Texas files again to block EPA carbon rules
Texas on Thursday filed a fresh motion in federal appeals court to block the Obama Administration's attempts to regulate greenhouse gas emissions in the state, one day after another federal court rejected the state's petitions.
At issue is the state's lawsuit against the U.S. Environmental Protection Agency to prevent the agency from forcing it to issue greenhouse gas permits for its biggest polluters when national carbon rules take effect in January.
Until there is a ruling on the case, Texas asked the U.S. Fifth Circuit Court of Appeals in New Orleans to block the EPA's mandate that the state expand its pollution regulations to include greenhouse gases.
The Fifth Circuit court denied that request on Wednesday.
On Thursday, EPA published in the Federal Register details of its proposed permit rules for Texas to go into effect on Sunday, January 2.

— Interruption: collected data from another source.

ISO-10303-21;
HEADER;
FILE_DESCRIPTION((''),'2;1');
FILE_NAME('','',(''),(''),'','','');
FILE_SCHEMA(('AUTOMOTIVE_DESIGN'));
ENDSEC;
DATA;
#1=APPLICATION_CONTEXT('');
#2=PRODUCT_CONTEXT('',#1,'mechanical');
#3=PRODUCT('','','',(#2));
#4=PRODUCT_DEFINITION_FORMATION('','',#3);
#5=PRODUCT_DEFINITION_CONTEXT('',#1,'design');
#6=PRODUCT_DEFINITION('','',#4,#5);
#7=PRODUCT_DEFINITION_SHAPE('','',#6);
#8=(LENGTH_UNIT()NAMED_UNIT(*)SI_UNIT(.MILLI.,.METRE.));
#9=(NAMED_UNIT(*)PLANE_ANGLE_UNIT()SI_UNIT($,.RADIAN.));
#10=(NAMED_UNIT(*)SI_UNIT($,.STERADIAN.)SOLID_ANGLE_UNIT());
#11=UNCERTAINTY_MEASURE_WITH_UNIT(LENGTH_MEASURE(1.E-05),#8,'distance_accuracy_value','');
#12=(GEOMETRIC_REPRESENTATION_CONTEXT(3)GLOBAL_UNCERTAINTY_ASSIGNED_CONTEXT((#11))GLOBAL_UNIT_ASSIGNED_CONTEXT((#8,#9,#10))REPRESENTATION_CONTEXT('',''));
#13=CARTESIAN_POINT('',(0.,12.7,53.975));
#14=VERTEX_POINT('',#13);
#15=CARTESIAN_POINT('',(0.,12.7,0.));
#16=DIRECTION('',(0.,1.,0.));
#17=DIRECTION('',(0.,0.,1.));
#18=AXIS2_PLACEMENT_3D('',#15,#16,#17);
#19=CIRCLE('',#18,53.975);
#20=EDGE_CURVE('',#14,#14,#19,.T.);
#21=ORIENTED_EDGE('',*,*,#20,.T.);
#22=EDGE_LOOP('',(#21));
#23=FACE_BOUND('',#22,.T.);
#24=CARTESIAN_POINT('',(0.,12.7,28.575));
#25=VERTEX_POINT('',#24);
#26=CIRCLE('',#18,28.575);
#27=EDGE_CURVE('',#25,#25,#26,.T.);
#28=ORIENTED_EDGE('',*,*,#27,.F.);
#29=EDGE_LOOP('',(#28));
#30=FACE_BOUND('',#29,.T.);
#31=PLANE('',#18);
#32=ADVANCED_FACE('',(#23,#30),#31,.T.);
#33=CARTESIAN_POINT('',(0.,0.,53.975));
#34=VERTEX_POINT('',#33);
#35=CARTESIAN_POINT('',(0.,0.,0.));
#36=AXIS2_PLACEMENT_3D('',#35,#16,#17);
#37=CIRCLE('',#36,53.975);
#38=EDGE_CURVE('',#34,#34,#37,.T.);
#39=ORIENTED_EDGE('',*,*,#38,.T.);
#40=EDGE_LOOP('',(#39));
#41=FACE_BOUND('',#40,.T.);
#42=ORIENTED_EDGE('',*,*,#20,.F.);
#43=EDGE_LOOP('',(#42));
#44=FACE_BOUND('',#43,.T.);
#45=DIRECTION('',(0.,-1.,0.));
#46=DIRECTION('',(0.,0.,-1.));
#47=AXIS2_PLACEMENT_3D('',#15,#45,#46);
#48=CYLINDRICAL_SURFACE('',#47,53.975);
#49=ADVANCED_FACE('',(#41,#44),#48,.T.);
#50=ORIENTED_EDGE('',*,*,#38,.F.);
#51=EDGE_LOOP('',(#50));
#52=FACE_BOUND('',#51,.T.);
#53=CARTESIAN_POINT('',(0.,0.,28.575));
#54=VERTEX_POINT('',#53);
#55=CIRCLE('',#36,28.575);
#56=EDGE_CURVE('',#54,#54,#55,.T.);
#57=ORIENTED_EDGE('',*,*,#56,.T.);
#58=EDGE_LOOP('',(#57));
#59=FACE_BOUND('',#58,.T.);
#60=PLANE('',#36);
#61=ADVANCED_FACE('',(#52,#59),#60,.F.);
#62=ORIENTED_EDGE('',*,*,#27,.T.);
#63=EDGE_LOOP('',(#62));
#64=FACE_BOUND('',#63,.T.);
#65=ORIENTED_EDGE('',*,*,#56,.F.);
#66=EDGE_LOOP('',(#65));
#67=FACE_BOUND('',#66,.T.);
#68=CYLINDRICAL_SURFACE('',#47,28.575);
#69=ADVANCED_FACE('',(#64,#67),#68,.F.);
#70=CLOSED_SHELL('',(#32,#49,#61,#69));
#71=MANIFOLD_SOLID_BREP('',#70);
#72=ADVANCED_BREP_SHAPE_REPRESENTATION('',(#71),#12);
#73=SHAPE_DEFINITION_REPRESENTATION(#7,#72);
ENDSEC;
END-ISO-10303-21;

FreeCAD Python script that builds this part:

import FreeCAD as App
import Part
import Sketcher
from FreeCAD import Vector
Q = App.Units.Quantity

doc = App.newDocument("Part")
params = doc.addObject("Spreadsheet::Sheet", "Params")
for row, (alias, value) in enumerate([
    ("sketch1_diameter", "4.25 in"),
    ("sketch1_diameter2", "2.25 in"),
    ("pad1_length", "0.5 in"),
], start=1):
    params.set(f"A{row}", alias)
    params.set(f"B{row}", "=" + value)
    params.setAlias(f"B{row}", alias)

body = doc.addObject("PartDesign::Body", "Body")

sketch1 = doc.addObject("Sketcher::SketchObject", "Sketch")
body.addObject(sketch1)
sketch1.AttachmentSupport = (doc.XZ_Plane, [""])
sketch1.MapMode = "FlatFace"
sketch1.addGeometry([
    Part.Circle(Vector(0, 0, 0), Vector(0, 0, 1), 53.975),
    Part.Circle(Vector(0, 0, 0), Vector(0, 0, 1), 28.575),
], False)
sketch1.addConstraint([
    Sketcher.Constraint("Coincident", 0, 3, -1, 1),
    Sketcher.Constraint("Coincident", 1, 3, -1, 1),
    Sketcher.Constraint("Diameter", 0, Q("4.25 in")),
    Sketcher.Constraint("Diameter", 1, Q("2.25 in")),
])
sketch1.setExpression("Constraints[2]", "Params.sketch1_diameter")
sketch1.setExpression("Constraints[3]", "Params.sketch1_diameter2")
pad1 = doc.addObject("PartDesign::Pad", "Pad")
body.addObject(pad1)
pad1.Profile = sketch1
pad1.setExpression("Length", "Params.pad1_length")
pad1.Reversed = True

doc.recompute()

Texas officials then filed a fresh petition to block the regulations in the U.S. Court of Appeals for the District of Columbia, which generally has authority over federal agencies.
The petition argues that EPA's creation of the new rules is an "improper overreach" that violates the federal Clean Air Act, which it said "declares pollution prevention to be 'the primary responsibility of States and local governments,' and not the federal government."
Texas Attorney General Greg Abbott said the state was determined to fight the EPA's intentions, saying that Congress had rejected such carbon rules but the EPA was now trying to legislate them itself through administrative rules.
"Texas law does not currently deem greenhouse gases to be pollutants," Abbott said. "Once again, the federal government is overreaching, and improperly intruding upon the state of Texas and its legal rights."
Backed by a 2007 U.S. Supreme Court decision, the EPA issued a finding last year that carbon dioxide and other greenhouse gases endanger human health and welfare.